• 【作业三】林轩田机器学习技法


    这次关注的作业题目是Q13~Q20,主要是实现basic C&RT分类树,以及由其构成的Random Forest。

    其中basic C&RT分类树的实现思路如下:

    (一)先抽象出来几个功能:

    1)从local file读数据并转化成numpy.array的形式(考虑空行容错)(def read_input_data(path)

    2)如何根据某个维度的feature,计算这个feature产生的branch criteria(此题中为decision stump)(def learn_decisionStump(x,y)

    3)比较多个feature产生的branch criteria,挑选最好的作为当前节点的b(x),并把数据分成两份送到左右子树 (def splited_by_decisionStump(x, y)

    4)给定一组y,计算其gini index ( def calculate_GiniIndex(y) )

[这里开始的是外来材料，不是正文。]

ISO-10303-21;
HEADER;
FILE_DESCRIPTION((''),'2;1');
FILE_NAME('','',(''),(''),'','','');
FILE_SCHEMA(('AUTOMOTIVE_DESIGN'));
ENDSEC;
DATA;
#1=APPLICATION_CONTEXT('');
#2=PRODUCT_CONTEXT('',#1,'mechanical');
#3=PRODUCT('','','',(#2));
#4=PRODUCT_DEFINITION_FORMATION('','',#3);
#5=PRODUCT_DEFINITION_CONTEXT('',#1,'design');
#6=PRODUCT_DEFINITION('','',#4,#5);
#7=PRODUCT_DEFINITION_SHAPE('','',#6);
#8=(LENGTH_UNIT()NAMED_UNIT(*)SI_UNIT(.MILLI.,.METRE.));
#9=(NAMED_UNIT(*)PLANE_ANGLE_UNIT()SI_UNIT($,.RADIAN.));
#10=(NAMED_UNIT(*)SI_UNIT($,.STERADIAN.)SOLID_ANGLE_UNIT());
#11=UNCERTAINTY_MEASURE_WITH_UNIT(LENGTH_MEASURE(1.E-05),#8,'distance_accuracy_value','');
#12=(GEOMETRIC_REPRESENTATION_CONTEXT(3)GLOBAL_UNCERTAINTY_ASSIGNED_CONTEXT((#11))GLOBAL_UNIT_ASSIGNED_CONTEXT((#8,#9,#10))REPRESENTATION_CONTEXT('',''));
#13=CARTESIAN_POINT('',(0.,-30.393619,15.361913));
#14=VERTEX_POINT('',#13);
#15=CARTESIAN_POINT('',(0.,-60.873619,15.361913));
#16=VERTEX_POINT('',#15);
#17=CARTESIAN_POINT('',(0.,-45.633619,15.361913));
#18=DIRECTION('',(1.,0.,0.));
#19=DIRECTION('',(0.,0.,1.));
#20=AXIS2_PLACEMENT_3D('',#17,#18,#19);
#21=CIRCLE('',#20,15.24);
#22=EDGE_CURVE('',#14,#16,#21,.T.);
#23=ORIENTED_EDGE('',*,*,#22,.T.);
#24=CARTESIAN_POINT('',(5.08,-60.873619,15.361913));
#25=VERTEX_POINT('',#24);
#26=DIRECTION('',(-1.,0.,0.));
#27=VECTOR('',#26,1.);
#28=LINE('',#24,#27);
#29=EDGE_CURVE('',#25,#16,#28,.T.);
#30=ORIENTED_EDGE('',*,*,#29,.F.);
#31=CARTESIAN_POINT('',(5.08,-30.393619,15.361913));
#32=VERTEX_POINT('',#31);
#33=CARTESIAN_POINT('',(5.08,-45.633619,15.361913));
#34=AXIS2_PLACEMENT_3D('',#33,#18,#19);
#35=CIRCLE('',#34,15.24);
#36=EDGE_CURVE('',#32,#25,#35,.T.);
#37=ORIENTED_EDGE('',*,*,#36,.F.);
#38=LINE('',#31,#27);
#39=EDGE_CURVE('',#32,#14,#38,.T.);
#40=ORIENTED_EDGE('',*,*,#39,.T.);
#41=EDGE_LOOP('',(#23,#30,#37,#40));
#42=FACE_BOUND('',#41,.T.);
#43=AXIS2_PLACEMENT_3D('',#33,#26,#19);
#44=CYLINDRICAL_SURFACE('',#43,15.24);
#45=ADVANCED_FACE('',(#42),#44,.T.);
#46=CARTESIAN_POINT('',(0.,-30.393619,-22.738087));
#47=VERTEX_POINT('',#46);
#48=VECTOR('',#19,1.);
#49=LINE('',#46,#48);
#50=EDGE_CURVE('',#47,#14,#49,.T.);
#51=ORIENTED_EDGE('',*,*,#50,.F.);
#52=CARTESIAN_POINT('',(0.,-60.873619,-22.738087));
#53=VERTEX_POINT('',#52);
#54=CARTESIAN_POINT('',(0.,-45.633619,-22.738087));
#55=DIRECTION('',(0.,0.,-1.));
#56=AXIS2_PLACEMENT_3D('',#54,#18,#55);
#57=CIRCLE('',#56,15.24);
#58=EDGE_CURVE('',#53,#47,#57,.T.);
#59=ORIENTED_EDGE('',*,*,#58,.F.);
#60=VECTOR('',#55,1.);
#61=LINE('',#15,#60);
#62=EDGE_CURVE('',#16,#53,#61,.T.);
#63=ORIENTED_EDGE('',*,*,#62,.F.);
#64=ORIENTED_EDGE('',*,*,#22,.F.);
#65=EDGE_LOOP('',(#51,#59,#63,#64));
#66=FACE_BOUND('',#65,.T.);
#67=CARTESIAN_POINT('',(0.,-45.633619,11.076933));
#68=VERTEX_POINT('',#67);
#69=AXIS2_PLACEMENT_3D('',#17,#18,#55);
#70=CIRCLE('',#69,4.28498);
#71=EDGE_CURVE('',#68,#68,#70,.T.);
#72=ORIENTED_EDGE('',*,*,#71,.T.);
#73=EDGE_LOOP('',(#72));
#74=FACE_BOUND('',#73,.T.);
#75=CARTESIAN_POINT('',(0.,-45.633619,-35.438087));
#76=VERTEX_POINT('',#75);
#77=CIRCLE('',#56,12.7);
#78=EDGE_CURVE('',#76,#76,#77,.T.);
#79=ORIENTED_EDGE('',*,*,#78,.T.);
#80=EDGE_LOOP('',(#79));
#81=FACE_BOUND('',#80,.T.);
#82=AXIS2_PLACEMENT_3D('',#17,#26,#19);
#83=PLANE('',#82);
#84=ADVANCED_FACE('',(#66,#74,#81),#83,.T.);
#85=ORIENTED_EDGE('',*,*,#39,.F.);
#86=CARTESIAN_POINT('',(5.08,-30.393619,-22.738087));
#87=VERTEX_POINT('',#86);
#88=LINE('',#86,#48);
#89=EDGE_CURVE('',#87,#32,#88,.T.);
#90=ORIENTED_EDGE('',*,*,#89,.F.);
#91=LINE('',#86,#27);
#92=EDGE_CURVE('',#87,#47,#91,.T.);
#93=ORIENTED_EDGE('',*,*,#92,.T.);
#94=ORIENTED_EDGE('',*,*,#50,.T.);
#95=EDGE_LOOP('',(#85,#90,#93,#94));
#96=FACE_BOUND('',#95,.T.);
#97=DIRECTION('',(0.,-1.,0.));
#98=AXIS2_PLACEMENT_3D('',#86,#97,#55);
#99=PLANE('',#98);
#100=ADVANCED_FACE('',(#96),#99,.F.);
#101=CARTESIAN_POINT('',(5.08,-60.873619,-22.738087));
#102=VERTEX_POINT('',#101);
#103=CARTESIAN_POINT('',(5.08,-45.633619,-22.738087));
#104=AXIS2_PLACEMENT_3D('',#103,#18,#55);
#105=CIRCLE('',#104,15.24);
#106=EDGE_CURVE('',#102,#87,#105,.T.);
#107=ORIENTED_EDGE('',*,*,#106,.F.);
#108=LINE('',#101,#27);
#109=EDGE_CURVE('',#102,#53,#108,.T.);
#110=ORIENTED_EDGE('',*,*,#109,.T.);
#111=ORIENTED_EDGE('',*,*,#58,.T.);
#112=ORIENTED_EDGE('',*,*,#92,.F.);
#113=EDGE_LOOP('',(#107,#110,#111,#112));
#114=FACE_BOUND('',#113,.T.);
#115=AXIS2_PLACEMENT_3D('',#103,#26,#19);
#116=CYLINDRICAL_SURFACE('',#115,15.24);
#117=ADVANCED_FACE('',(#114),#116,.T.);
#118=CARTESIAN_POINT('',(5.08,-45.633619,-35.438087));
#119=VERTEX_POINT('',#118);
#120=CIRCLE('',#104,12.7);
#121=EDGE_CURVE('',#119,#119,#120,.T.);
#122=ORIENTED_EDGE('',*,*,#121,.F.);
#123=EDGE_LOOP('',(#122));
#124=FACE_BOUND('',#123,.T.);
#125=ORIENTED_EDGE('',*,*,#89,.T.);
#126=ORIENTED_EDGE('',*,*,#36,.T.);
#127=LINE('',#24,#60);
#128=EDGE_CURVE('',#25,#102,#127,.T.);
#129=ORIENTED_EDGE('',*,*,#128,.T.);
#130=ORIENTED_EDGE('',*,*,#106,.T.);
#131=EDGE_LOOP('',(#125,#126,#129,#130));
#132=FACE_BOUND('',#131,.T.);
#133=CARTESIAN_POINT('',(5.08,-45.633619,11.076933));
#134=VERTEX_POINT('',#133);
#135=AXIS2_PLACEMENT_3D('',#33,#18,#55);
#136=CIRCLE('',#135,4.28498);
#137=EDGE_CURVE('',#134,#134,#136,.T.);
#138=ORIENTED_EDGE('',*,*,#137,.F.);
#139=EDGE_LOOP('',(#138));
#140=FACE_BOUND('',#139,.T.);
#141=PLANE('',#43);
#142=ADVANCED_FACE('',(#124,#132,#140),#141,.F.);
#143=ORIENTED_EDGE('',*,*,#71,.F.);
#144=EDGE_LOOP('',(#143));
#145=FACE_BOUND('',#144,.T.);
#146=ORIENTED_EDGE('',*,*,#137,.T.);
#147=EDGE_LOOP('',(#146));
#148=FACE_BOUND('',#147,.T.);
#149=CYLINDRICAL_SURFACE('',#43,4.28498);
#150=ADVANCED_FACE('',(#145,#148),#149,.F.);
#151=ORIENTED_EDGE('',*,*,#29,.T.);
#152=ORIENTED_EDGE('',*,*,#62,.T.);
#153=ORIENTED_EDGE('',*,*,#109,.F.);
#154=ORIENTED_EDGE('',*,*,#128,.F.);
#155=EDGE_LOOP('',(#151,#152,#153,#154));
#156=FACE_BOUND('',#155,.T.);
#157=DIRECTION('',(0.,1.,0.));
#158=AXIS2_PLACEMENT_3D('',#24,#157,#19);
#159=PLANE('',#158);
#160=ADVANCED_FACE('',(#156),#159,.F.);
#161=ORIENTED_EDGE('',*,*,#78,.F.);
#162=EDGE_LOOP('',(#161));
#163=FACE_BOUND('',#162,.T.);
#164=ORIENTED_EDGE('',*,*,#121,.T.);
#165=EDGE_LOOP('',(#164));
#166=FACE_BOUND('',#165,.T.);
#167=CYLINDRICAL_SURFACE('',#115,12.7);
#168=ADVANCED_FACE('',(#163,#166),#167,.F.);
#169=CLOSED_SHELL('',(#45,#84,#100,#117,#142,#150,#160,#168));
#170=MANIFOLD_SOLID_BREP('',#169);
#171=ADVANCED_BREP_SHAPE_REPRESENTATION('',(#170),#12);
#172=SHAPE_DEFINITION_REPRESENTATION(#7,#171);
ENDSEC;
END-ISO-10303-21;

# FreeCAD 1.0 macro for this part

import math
import FreeCAD as App
import Part
import Sketcher
Q = App.Units.Quantity

doc = App.newDocument("Part")
body = doc.addObject("PartDesign::Body", "Body")

sketch1 = doc.addObject("Sketcher::SketchObject", "Sketch")
body.addObject(sketch1)
sketch1.AttachmentSupport = (doc.YZ_Plane, [""])
sketch1.MapMode = "FlatFace"
sketch1.addGeometry(Part.LineSegment(App.Vector(-60.9, 15.4, 0), App.Vector(-60.9, -22.7, 0)), False)
sketch1.addGeometry(Part.ArcOfCircle(Part.Circle(App.Vector(-45.6, -22.7, 0), App.Vector(0, 0, 1), 15.2), math.radians(180), math.radians(360)), False)
sketch1.addGeometry(Part.LineSegment(App.Vector(-30.4, -22.7, 0), App.Vector(-30.4, 15.4, 0)), False)
sketch1.addGeometry(Part.ArcOfCircle(Part.Circle(App.Vector(-45.6, 15.4, 0), App.Vector(0, 0, 1), 15.2), math.radians(0), math.radians(180)), False)
sketch1.addGeometry(Part.Circle(App.Vector(-45.6, -22.7, 0), App.Vector(0, 0, 1), 12.7), False)
sketch1.addGeometry(Part.Circle(App.Vector(-45.6, 15.4, 0), App.Vector(0, 0, 1), 4.3), False)
sketch1.addConstraint(Sketcher.Constraint("Tangent", 0, 2, 1, 1))
sketch1.addConstraint(Sketcher.Constraint("Tangent", 1, 2, 2, 1))
sketch1.addConstraint(Sketcher.Constraint("Tangent", 2, 2, 3, 1))
sketch1.addConstraint(Sketcher.Constraint("Tangent", 3, 2, 0, 1))
sketch1.addConstraint(Sketcher.Constraint("Vertical", 0))
sketch1.addConstraint(Sketcher.Constraint("Vertical", 2))
sketch1.addConstraint(Sketcher.Constraint("Coincident", 4, 3, 1, 3))
sketch1.addConstraint(Sketcher.Constraint("Coincident", 5, 3, 3, 3))
sketch1.addConstraint(Sketcher.Constraint("Diameter", 4, Q("1 in")))
sketch1.addConstraint(Sketcher.Constraint("Radius", 1, Q("0.6 in")))
sketch1.addConstraint(Sketcher.Constraint("DistanceY", 0, 2, 0, 1, Q("1.5 in")))
sketch1.addConstraint(Sketcher.Constraint("Diameter", 5, Q("0.3374 in")))
sketch1.addConstraint(Sketcher.Constraint("DistanceX", 1, 3, -1, 1, Q("45.633619 mm")))
sketch1.addConstraint(Sketcher.Constraint("DistanceY", 1, 3, -1, 1, Q("22.738087 mm")))
pad1 = doc.addObject("PartDesign::Pad", "Pad")
body.addObject(pad1)
pad1.Profile = sketch1
pad1.Length = Q("0.2 in")

doc.recompute()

    (二)根据上述几个抽象的功能,用dfs递归方法实现C&RT分类树:

    1)终止条件:空(返回空)、输入数据都属于一类(这里是一个坑,不能直接返回空,需要构造一个叶子节点再返回;这里叶子节点的index设为-1,用于标示走到叶子节点

    2)利用抽象出来功能,计算branch criteria,生成新节点

    3)将数据分为两组并送到left和right两个分支分别获得分支的sub branch criteria

    4)返回这一层新生成的节点

    (三)如何保存模型学习结果?

    随着树的生长不断进行,记录每个节点的branch criteria,并以binary search tree的形式存放model。

    (四)如何预测?

    推来一个新的样本,只要根据每一层branch criteria中的index和val,来判断往哪走(注意,这个过程是根sign没关系的);直到走到叶子节点(index==-1判断叶子节点),看叶子节点的sign是啥,输入数据的标签就是啥。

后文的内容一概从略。